Ilustración: The Pilot Dog
Era el verano del 64. Yo estaba en la playa desde tempranito esperando a la pandilla. Era domingo y nadie tenía prisa, excepto yo por verla a ella.
Se llamaba Conchi (hace unos años volví a verla y ya no se llamaba así sino Inma) y no sé si era la que más me gustaba o la única que me hacía aflorar los colores del corazón.
Fueron llegando los amigos y empezamos a desperdigar por la arena nuestro repertorio de carajotadas; repertorio que fue creciendo y se volvió inverosímil cuando ellas dos aparecieron. Nosotros éramos cinco varones; así que tocábamos a dos y medio por cada una de ellas. Con esa relación matemática había que desdoblarse en atenciones y pamplinas para sacar una sonrisa o recibir una miradita cómplice; no era ese un trabajo fácil teniendo en cuenta que los cinco éramos amigos y la competición debía ser leal; de modo que estando los siete en el agua, me acerqué a ella y le dije: “Ponen en el Delicias Solo ante el peligro, de Gary Cooper, ¿Vamos a verla?” y me dijo que sí. Por un momento creí que estaba ‘escuchando visiones’ y me quise asegurar: “¿Sí, vas a venir al cine?” Y volví a escuchar el sí más importante que a esas edades se podría escuchar.
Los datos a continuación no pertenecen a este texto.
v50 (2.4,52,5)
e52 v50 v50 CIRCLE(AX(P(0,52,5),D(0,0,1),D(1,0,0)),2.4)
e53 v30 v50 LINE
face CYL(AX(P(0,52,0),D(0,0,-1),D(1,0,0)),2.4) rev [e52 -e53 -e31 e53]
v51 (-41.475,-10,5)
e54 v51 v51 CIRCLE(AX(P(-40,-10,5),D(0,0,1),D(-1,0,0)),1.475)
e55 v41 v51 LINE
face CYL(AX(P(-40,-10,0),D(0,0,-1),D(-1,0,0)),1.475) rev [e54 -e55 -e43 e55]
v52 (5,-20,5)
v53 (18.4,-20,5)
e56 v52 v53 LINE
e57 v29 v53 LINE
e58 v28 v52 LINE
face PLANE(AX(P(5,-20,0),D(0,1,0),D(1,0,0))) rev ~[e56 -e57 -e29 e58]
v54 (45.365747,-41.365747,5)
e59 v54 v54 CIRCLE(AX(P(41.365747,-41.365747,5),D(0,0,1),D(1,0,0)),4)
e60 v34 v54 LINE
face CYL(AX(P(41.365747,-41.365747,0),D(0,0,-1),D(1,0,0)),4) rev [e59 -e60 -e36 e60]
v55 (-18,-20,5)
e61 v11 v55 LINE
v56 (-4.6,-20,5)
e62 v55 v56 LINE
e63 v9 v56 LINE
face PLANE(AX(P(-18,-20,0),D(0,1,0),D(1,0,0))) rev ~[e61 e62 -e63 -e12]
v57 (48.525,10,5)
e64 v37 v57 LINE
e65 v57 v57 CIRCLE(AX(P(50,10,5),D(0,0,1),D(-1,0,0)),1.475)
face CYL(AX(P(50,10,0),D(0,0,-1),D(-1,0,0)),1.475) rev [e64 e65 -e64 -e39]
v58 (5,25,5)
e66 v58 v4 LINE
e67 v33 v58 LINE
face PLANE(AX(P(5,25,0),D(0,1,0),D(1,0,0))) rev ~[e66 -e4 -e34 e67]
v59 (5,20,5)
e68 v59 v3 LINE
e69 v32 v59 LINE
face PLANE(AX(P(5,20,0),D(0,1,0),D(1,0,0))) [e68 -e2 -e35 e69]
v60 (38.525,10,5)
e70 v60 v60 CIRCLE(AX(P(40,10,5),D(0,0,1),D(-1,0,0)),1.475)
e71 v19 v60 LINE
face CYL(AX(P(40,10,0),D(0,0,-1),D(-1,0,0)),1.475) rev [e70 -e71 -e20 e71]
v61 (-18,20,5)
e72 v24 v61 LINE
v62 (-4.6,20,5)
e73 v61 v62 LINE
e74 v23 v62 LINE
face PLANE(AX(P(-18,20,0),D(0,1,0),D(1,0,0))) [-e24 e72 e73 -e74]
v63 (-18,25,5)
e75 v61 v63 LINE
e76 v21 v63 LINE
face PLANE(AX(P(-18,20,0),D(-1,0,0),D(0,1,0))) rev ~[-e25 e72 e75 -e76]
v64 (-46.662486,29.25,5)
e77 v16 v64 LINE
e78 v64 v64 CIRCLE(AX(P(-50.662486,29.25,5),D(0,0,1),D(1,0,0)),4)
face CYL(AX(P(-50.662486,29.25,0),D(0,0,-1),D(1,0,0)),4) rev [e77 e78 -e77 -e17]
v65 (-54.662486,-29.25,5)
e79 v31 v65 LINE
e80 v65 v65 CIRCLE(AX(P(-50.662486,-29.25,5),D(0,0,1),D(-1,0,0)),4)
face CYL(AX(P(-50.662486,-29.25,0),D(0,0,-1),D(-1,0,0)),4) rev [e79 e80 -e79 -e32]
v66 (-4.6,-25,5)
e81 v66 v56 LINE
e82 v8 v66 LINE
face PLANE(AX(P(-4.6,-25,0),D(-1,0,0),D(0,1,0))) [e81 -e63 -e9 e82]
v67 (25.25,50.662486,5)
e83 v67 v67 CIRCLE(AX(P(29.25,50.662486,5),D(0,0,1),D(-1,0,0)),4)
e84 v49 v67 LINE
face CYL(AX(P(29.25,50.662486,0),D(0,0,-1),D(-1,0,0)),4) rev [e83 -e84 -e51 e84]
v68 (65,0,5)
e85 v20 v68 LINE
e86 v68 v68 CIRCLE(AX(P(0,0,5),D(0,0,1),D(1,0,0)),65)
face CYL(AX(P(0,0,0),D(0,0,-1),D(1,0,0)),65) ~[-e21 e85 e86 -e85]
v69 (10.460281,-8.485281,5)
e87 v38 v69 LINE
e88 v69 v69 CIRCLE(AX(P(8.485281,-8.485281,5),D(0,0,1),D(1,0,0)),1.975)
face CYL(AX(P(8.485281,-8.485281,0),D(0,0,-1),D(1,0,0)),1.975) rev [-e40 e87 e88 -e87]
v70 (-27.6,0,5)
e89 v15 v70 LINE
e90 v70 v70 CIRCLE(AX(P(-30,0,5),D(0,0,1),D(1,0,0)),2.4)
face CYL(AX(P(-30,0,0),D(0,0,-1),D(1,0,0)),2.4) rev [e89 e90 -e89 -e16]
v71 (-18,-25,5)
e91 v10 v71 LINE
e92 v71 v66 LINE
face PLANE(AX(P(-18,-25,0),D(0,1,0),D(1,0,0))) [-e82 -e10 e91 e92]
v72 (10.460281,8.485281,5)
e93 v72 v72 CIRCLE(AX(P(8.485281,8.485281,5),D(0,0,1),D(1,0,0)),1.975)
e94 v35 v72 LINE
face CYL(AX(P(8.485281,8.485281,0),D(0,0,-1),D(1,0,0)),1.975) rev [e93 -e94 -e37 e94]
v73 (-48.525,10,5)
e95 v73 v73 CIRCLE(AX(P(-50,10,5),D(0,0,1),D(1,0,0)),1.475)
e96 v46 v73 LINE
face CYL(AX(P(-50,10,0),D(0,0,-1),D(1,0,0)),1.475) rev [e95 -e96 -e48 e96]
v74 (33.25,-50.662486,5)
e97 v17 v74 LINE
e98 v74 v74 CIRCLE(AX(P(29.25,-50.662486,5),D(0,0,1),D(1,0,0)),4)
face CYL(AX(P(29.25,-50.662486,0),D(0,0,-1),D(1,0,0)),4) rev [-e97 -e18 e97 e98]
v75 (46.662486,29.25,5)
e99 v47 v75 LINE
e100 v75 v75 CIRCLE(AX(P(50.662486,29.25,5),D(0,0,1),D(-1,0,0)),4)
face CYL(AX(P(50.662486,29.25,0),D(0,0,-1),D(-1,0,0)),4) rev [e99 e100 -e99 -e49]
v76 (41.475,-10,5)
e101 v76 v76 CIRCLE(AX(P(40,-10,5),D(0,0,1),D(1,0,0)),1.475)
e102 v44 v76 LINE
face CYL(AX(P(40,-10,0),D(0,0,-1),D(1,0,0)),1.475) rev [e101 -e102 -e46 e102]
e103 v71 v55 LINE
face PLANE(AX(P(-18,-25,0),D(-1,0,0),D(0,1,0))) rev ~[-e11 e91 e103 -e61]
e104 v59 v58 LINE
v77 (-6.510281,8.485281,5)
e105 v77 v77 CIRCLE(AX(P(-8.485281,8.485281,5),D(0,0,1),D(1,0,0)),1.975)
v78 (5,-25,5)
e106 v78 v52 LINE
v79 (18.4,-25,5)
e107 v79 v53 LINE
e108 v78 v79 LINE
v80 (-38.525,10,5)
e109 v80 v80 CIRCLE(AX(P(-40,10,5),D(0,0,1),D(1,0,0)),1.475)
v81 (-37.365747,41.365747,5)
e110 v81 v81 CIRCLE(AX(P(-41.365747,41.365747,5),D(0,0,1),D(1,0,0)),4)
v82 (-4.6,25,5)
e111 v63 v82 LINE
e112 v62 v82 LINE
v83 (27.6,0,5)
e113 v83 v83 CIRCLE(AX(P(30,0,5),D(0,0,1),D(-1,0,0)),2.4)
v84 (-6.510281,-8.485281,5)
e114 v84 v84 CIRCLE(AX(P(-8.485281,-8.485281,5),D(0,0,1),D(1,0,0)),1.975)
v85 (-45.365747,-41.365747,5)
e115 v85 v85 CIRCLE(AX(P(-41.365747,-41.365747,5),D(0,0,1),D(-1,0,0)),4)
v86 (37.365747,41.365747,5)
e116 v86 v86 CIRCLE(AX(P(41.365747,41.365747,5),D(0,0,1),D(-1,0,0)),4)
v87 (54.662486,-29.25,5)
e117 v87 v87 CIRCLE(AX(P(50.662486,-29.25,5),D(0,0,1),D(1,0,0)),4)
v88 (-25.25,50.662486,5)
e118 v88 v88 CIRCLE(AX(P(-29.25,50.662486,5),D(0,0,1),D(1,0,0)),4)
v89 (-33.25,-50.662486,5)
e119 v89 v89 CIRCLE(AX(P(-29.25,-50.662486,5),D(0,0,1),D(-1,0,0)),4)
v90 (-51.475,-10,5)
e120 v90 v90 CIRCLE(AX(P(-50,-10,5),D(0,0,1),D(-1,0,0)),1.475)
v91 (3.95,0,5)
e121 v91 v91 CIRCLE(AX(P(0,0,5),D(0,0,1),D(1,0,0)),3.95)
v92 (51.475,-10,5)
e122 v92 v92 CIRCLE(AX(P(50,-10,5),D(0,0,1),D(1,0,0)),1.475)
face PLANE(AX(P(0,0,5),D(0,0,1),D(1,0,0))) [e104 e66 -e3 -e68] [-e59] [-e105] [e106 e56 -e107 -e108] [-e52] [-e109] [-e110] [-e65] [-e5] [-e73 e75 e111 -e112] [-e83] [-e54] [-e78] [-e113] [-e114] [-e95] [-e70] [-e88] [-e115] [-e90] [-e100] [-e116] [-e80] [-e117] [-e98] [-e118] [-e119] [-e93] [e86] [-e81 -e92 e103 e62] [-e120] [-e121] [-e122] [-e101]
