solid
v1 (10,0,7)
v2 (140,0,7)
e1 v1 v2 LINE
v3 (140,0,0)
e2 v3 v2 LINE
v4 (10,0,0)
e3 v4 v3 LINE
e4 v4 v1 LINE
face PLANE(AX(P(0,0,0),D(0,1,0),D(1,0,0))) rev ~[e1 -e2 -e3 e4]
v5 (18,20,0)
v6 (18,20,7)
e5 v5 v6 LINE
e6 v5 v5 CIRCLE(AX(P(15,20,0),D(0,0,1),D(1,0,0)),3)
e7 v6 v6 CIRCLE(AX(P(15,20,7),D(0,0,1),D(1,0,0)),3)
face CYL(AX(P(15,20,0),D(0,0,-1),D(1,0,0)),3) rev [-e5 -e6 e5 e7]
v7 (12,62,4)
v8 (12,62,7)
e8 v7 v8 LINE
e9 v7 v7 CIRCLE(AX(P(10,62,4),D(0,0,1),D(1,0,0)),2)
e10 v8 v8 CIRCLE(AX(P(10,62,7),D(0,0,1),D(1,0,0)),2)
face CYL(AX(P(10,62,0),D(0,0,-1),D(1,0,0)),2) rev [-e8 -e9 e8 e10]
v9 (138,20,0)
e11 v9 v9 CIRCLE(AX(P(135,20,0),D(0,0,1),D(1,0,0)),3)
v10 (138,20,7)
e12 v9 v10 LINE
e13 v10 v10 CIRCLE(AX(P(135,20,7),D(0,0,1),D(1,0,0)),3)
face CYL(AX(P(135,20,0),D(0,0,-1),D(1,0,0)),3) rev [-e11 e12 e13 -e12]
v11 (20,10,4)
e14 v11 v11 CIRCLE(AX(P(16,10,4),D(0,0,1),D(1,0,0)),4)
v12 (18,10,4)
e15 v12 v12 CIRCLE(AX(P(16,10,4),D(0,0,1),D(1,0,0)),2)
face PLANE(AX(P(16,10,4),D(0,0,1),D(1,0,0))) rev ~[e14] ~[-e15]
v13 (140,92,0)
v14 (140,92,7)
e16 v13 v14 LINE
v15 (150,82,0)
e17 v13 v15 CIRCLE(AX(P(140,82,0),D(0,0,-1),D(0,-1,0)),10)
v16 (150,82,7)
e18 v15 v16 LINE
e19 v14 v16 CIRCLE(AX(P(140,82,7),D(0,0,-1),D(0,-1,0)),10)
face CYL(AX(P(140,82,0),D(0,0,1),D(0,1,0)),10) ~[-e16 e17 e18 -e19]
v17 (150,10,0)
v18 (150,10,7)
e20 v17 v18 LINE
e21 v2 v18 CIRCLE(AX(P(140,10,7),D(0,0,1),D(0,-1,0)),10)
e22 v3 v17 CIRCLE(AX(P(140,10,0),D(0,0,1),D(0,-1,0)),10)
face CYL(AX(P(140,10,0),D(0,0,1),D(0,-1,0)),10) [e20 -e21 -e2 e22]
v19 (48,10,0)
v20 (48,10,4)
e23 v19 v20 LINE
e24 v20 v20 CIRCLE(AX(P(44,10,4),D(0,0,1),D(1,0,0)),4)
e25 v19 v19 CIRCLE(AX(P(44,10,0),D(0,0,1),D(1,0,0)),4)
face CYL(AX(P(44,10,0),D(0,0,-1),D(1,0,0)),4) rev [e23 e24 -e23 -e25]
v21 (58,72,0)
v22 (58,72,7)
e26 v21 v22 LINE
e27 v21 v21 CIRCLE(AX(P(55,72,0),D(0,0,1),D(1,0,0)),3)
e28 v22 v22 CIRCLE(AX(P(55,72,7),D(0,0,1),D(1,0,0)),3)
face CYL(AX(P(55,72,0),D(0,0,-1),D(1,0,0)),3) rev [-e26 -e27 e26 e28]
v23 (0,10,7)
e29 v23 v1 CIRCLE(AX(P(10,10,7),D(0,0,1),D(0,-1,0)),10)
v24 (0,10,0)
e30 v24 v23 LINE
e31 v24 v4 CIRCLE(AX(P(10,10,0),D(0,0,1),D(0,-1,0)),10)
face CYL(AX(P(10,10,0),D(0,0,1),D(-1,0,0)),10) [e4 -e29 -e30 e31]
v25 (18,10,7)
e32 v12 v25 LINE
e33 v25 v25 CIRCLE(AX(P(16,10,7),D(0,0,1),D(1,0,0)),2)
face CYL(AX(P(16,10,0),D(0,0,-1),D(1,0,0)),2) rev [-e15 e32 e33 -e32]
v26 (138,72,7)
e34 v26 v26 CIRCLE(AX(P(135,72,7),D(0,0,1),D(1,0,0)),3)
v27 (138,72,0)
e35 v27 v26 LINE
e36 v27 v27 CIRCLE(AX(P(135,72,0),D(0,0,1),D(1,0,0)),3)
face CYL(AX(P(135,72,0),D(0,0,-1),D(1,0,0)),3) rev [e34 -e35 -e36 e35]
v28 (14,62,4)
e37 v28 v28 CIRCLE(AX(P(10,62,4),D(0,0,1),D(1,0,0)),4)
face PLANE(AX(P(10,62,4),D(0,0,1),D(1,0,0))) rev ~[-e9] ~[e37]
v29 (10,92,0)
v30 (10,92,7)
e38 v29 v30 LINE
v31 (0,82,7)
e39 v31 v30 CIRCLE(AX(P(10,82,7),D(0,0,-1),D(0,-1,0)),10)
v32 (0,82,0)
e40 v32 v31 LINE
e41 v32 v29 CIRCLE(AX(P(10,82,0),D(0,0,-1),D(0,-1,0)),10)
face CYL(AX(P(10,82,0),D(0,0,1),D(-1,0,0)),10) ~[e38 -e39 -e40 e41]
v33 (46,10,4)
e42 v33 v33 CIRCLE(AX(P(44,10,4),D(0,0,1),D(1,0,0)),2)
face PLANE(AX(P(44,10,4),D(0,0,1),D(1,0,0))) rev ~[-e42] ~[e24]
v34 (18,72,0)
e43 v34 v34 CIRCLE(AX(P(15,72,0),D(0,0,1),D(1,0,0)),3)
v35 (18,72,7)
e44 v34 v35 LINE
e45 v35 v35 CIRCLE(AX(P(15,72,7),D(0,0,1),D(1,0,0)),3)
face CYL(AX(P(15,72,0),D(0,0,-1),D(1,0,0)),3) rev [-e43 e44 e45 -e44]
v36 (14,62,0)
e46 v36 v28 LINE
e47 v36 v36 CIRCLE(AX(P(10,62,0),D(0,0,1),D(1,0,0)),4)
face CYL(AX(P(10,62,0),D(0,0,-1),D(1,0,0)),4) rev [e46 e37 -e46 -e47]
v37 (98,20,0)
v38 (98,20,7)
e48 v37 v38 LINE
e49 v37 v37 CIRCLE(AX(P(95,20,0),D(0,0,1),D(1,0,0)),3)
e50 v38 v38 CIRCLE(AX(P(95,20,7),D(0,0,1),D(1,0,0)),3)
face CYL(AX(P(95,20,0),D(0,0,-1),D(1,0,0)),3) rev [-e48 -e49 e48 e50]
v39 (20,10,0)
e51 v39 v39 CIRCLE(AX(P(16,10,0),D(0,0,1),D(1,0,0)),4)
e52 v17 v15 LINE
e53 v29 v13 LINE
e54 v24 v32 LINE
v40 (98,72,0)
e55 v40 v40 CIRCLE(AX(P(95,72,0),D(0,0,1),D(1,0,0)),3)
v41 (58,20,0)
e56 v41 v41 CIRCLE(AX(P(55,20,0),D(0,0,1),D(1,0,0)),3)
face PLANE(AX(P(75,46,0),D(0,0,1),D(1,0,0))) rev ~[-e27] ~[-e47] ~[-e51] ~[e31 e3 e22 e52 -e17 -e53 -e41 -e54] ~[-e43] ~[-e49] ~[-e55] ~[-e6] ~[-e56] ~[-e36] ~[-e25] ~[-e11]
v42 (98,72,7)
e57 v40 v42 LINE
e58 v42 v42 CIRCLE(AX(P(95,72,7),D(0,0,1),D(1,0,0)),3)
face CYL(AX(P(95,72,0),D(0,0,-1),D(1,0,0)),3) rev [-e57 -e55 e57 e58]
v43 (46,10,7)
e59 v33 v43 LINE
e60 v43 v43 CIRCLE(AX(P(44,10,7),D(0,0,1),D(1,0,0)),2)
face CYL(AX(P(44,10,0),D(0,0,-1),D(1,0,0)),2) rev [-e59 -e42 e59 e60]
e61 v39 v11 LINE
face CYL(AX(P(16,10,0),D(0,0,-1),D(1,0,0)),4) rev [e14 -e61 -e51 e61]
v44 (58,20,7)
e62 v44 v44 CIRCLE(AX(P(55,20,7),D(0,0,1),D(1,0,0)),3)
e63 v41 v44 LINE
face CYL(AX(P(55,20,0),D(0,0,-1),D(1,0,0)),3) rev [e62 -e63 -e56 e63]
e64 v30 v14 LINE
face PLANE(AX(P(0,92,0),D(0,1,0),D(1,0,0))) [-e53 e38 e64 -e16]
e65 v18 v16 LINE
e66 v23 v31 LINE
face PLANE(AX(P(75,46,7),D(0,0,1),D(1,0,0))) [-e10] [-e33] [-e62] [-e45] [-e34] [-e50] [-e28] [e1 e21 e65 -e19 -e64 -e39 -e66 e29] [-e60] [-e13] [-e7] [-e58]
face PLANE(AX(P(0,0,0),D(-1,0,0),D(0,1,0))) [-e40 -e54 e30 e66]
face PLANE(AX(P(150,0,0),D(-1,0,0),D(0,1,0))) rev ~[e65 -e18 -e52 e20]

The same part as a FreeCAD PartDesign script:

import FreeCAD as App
import Part
import Sketcher
from FreeCAD import Vector


def edges_at(feature, points):
    """Names of the edges that pass closest to the given points."""
    edges = feature.Shape.Edges
    near = lambda p: min(range(len(edges)), key=lambda i: edges[i].distToShape(Part.Vertex(*p))[0])
    return sorted({f"Edge{near(p) + 1}" for p in points})


def add_polygon(sketch, points):
    """Adds a closed chain of lines whose ends are joined by coincident constraints."""
    first, n = sketch.GeometryCount, len(points)
    for a, b in zip(points, points[1:] + points[:1]):
        sketch.addGeometry(Part.LineSegment(App.Vector(*a, 0), App.Vector(*b, 0)), False)
    for i in range(n):
        sketch.addConstraint(Sketcher.Constraint("Coincident", first + i, 2, first + (i + 1) % n, 1))

doc = App.newDocument("Part")
params = doc.addObject("Spreadsheet::Sheet", "Params")
for row, (alias, value) in enumerate([
    ("sketch1_diameter", "4 mm"),
    ("sketch1_diameter2", "6 mm"),
    ("sketch1_width", "150 mm"),
    ("sketch1_height", "92 mm"),
    ("pad1_length", "7 mm"),
    ("fillet_radius", "10 mm"),
    ("sketch2_diameter", "8 mm"),
    ("sketch2_diameter2", "4 mm"),
    ("pocket1_length", "4 mm"),
], start=1):
    params.set(f"A{row}", alias)
    params.set(f"B{row}", "=" + value)
    params.setAlias(f"B{row}", alias)

body = doc.addObject("PartDesign::Body", "Body")

# Sketch on XY plane
sketch1 = doc.addObject("Sketcher::SketchObject", "Sketch")
body.addObject(sketch1)
sketch1.AttachmentSupport = (doc.XY_Plane, [""])
sketch1.MapMode = "FlatFace"
add_polygon(sketch1, [(0, 92), (0, 0), (150, 0), (150, 92)])  # lines 0-3
sketch1.addGeometry(Part.Circle(Vector(16, 10, 0), Vector(0, 0, 1), 2), False)  # 4
sketch1.addGeometry(Part.Circle(Vector(15, 20, 0), Vector(0, 0, 1), 3), False)  # 5
sketch1.addGeometry(Part.Circle(Vector(44, 10, 0), Vector(0, 0, 1), 2), False)  # 6
sketch1.addGeometry(Part.Circle(Vector(55, 20, 0), Vector(0, 0, 1), 3), False)  # 7
sketch1.addGeometry(Part.Circle(Vector(95, 20, 0), Vector(0, 0, 1), 3), False)  # 8
sketch1.addGeometry(Part.Circle(Vector(135, 20, 0), Vector(0, 0, 1), 3), False)  # 9
sketch1.addGeometry(Part.Circle(Vector(10, 62, 0), Vector(0, 0, 1), 2), False)  # 10
sketch1.addGeometry(Part.Circle(Vector(15, 72, 0), Vector(0, 0, 1), 3), False)  # 11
A partir de ahí todo se me hacía largo y pesaroso: el reloj no corría (bueno, ni andaba) y si no hubiera sido porque no me atrevía a irme dejándola allí, me hubiera ido para el cine a las tres de la tarde.
Todo lo hice con rapidez esa tarde; y cuanta más prisa me daba en arreglarme, más largo se me hacía el tiempo de espera.
A las 8 me fui para el cine (Habíamos quedado en la taquilla) y tuve que pasear un rato por la Avenida a esperar que abrieran las taquillas. Poco a poco fue tomando vida la esquina: abrieron las taquillas y creo que imaginaréis quien estaba el primero. Saqué dos entradas (invitarla era mi sorpresa), compré un cartucho grande de pipas, dos Chesterfiel (yo fumaba un poco) y dos chocolatinas Elgorriaga rellenas. Estaba muy feliz. Pero el tiempo pasaba y ella no llegaba…ni llegó. Terminado el No-Do entré, me senté donde pude y me puse a ver la peli.
Al principio apenas me concentraba: tenía un temblor extraño y de vez en cuando me daba una punzaíta la barriga; pero cuando cogí el hilo del argumento empecé a alegrarme de lo que le estaba pasando a Gary. Era un pobre consuelo el mío, porque la soledad del Sheriff, era infinitamente menor que la que yo sentía por las tuberías de mi cuerpo; pero consuelo era. Aunque cada vez que aparecía en la pantalla un reloj anunciando la cercanía de la muerte, yo veía más lejos ese precioso momento en que ella me dijo que sí.
La película avanzaba y mi contento crecía. Lo veía sufrir solo ante el peligro y no sentía por él la más raquítica de las preocupaciones puesto que yo estaba más solo que él. Al contrario; me gustaba que sufriera porque era la única manera de mitigar mi pena. Había regalado las pipas y las chocolatinas se estaban derritiendo en el bolsillo de los pantalones.
Al acabar la película fui a buscar a los amigos y tampoco los encontré.
Hoy cuento esto porque me gustaría disculparme con Gary. Como un ejercicio de arrepentimiento para que supiera que nunca volvería a hacerlo. Que cuando alguna vez he vuelto a ver esa peli ya no me he alegrado de su sufrimiento y para que entendiera que, al fin y al cabo, él salió victorioso de su soledad, mientras que lo mío…es un misterio.